WORK REQUEST ->
Below are some records; output all of them exactly.
Segment Start: ENTRIES SUPPLIED
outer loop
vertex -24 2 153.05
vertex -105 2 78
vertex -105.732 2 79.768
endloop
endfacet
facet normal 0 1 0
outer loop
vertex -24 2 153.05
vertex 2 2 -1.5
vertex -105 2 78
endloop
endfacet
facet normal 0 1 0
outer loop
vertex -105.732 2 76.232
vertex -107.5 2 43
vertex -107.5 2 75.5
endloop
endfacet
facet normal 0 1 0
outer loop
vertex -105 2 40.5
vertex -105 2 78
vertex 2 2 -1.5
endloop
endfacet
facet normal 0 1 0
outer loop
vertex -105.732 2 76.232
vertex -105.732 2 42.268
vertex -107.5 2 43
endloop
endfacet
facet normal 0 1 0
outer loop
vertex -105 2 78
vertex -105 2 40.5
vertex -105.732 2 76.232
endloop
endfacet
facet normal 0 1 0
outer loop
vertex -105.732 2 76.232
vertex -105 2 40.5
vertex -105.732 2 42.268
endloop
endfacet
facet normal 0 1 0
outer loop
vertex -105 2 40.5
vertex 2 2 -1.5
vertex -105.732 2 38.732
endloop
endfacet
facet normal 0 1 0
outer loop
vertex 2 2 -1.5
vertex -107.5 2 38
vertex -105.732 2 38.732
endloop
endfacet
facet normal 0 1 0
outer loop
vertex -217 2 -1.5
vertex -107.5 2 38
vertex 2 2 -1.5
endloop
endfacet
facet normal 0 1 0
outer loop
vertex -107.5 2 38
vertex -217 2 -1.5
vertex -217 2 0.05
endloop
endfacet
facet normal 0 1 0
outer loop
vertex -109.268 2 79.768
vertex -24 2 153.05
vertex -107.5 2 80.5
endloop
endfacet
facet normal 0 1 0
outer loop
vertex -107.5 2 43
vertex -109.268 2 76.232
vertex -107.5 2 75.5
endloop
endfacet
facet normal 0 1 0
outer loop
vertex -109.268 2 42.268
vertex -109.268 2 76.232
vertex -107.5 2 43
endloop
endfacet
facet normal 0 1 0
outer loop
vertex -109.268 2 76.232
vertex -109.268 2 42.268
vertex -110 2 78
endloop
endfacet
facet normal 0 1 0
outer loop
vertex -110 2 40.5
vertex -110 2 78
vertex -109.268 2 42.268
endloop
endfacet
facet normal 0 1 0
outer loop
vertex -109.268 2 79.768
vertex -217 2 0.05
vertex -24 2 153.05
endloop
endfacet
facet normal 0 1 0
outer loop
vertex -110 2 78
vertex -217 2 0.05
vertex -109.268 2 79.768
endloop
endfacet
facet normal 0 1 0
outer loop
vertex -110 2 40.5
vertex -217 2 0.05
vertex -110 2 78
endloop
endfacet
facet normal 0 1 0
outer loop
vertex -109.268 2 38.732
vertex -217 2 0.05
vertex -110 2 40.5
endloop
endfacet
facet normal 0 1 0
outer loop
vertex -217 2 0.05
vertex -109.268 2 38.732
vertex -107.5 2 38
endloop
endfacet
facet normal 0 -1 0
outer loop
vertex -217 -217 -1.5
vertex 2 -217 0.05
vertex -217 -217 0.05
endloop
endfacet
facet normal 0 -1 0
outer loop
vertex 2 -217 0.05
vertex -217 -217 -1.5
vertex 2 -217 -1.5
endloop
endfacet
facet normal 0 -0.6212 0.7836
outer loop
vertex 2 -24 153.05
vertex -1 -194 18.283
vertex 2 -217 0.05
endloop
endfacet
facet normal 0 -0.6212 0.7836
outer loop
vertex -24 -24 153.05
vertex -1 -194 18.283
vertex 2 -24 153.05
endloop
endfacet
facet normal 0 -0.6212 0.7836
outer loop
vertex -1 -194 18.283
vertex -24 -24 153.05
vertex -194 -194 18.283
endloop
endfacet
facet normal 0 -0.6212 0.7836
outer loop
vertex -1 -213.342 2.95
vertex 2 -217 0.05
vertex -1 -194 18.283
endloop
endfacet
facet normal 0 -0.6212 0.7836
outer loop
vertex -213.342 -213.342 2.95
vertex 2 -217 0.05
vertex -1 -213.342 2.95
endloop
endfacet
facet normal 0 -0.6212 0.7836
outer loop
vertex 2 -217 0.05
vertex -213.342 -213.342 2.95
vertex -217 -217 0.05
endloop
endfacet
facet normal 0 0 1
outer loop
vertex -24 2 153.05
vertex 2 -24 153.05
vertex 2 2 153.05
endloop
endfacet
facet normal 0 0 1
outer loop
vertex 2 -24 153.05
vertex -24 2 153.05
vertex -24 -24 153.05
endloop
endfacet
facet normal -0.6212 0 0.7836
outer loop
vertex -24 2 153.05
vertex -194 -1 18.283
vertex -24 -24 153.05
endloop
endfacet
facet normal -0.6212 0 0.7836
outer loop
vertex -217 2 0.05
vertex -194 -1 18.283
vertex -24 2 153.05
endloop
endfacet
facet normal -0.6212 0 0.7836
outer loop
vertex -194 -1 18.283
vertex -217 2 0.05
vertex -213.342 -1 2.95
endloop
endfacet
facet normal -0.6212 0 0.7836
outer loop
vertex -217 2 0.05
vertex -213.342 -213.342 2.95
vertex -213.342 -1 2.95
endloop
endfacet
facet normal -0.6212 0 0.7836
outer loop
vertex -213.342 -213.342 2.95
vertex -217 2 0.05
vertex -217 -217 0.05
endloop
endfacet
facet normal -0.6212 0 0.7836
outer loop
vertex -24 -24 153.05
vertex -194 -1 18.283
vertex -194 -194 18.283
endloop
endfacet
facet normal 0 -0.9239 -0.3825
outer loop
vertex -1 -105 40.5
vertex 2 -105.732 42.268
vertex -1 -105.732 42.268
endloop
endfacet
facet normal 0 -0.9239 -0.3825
Segment End: ENTRIES SUPPLIED
THE COMPLETED TASK ->
outer loop
vertex -24 2 153.05
vertex -105 2 78
vertex -105.732 2 79.768
endloop
endfacet
facet normal 0 1 0
outer loop
vertex -24 2 153.05
vertex 2 2 -1.5
vertex -105 2 78
endloop
endfacet
facet normal 0 1 0
outer loop
vertex -105.732 2 76.232
vertex -107.5 2 43
vertex -107.5 2 75.5
endloop
endfacet
facet normal 0 1 0
outer loop
vertex -105 2 40.5
vertex -105 2 78
vertex 2 2 -1.5
endloop
endfacet
facet normal 0 1 0
outer loop
vertex -105.732 2 76.232
vertex -105.732 2 42.268
vertex -107.5 2 43
endloop
endfacet
facet normal 0 1 0
outer loop
vertex -105 2 78
vertex -105 2 40.5
vertex -105.732 2 76.232
endloop
endfacet
facet normal 0 1 0
outer loop
vertex -105.732 2 76.232
vertex -105 2 40.5
vertex -105.732 2 42.268
endloop
endfacet
facet normal 0 1 0
outer loop
vertex -105 2 40.5
vertex 2 2 -1.5
vertex -105.732 2 38.732
endloop
endfacet
facet normal 0 1 0
outer loop
vertex 2 2 -1.5
vertex -107.5 2 38
vertex -105.732 2 38.732
endloop
endfacet
facet normal 0 1 0
outer loop
vertex -217 2 -1.5
vertex -107.5 2 38
vertex 2 2 -1.5
endloop
endfacet
facet normal 0 1 0
outer loop
vertex -107.5 2 38
vertex -217 2 -1.5
vertex -217 2 0.05
endloop
endfacet
facet normal 0 1 0
outer loop
vertex -109.268 2 79.768
vertex -24 2 153.05
vertex -107.5 2 80.5
endloop
endfacet
facet normal 0 1 0
outer loop
vertex -107.5 2 43
vertex -109.268 2 76.232
vertex -107.5 2 75.5
endloop
endfacet
facet normal 0 1 0
outer loop
vertex -109.268 2 42.268
vertex -109.268 2 76.232
vertex -107.5 2 43
endloop
endfacet
facet normal 0 1 0
outer loop
vertex -109.268 2 76.232
vertex -109.268 2 42.268
vertex -110 2 78
endloop
endfacet
facet normal 0 1 0
outer loop
vertex -110 2 40.5
vertex -110 2 78
vertex -109.268 2 42.268
endloop
endfacet
facet normal 0 1 0
outer loop
vertex -109.268 2 79.768
vertex -217 2 0.05
vertex -24 2 153.05
endloop
endfacet
facet normal 0 1 0
outer loop
vertex -110 2 78
vertex -217 2 0.05
vertex -109.268 2 79.768
endloop
endfacet
facet normal 0 1 0
outer loop
vertex -110 2 40.5
vertex -217 2 0.05
vertex -110 2 78
endloop
endfacet
facet normal 0 1 0
outer loop
vertex -109.268 2 38.732
vertex -217 2 0.05
vertex -110 2 40.5
endloop
endfacet
facet normal 0 1 0
outer loop
vertex -217 2 0.05
vertex -109.268 2 38.732
vertex -107.5 2 38
endloop
endfacet
facet normal 0 -1 0
outer loop
vertex -217 -217 -1.5
vertex 2 -217 0.05
vertex -217 -217 0.05
endloop
endfacet
facet normal 0 -1 0
outer loop
vertex 2 -217 0.05
vertex -217 -217 -1.5
vertex 2 -217 -1.5
endloop
endfacet
facet normal 0 -0.6212 0.7836
outer loop
vertex 2 -24 153.05
vertex -1 -194 18.283
vertex 2 -217 0.05
endloop
endfacet
facet normal 0 -0.6212 0.7836
outer loop
vertex -24 -24 153.05
vertex -1 -194 18.283
vertex 2 -24 153.05
endloop
endfacet
facet normal 0 -0.6212 0.7836
outer loop
vertex -1 -194 18.283
vertex -24 -24 153.05
vertex -194 -194 18.283
endloop
endfacet
facet normal 0 -0.6212 0.7836
outer loop
vertex -1 -213.342 2.95
vertex 2 -217 0.05
vertex -1 -194 18.283
endloop
endfacet
facet normal 0 -0.6212 0.7836
outer loop
vertex -213.342 -213.342 2.95
vertex 2 -217 0.05
vertex -1 -213.342 2.95
endloop
endfacet
facet normal 0 -0.6212 0.7836
outer loop
vertex 2 -217 0.05
vertex -213.342 -213.342 2.95
vertex -217 -217 0.05
endloop
endfacet
facet normal 0 0 1
outer loop
vertex -24 2 153.05
vertex 2 -24 153.05
vertex 2 2 153.05
endloop
endfacet
facet normal 0 0 1
outer loop
vertex 2 -24 153.05
vertex -24 2 153.05
vertex -24 -24 153.05
endloop
endfacet
facet normal -0.6212 0 0.7836
outer loop
vertex -24 2 153.05
vertex -194 -1 18.283
vertex -24 -24 153.05
endloop
endfacet
facet normal -0.6212 0 0.7836
outer loop
vertex -217 2 0.05
vertex -194 -1 18.283
vertex -24 2 153.05
endloop
endfacet
facet normal -0.6212 0 0.7836
outer loop
vertex -194 -1 18.283
vertex -217 2 0.05
vertex -213.342 -1 2.95
endloop
endfacet
facet normal -0.6212 0 0.7836
outer loop
vertex -217 2 0.05
vertex -213.342 -213.342 2.95
vertex -213.342 -1 2.95
endloop
endfacet
facet normal -0.6212 0 0.7836
outer loop
vertex -213.342 -213.342 2.95
vertex -217 2 0.05
vertex -217 -217 0.05
endloop
endfacet
facet normal -0.6212 0 0.7836
outer loop
vertex -24 -24 153.05
vertex -194 -1 18.283
vertex -194 -194 18.283
endloop
endfacet
facet normal 0 -0.9239 -0.3825
outer loop
vertex -1 -105 40.5
vertex 2 -105.732 42.268
vertex -1 -105.732 42.268
endloop
endfacet
facet normal 0 -0.9239 -0.3825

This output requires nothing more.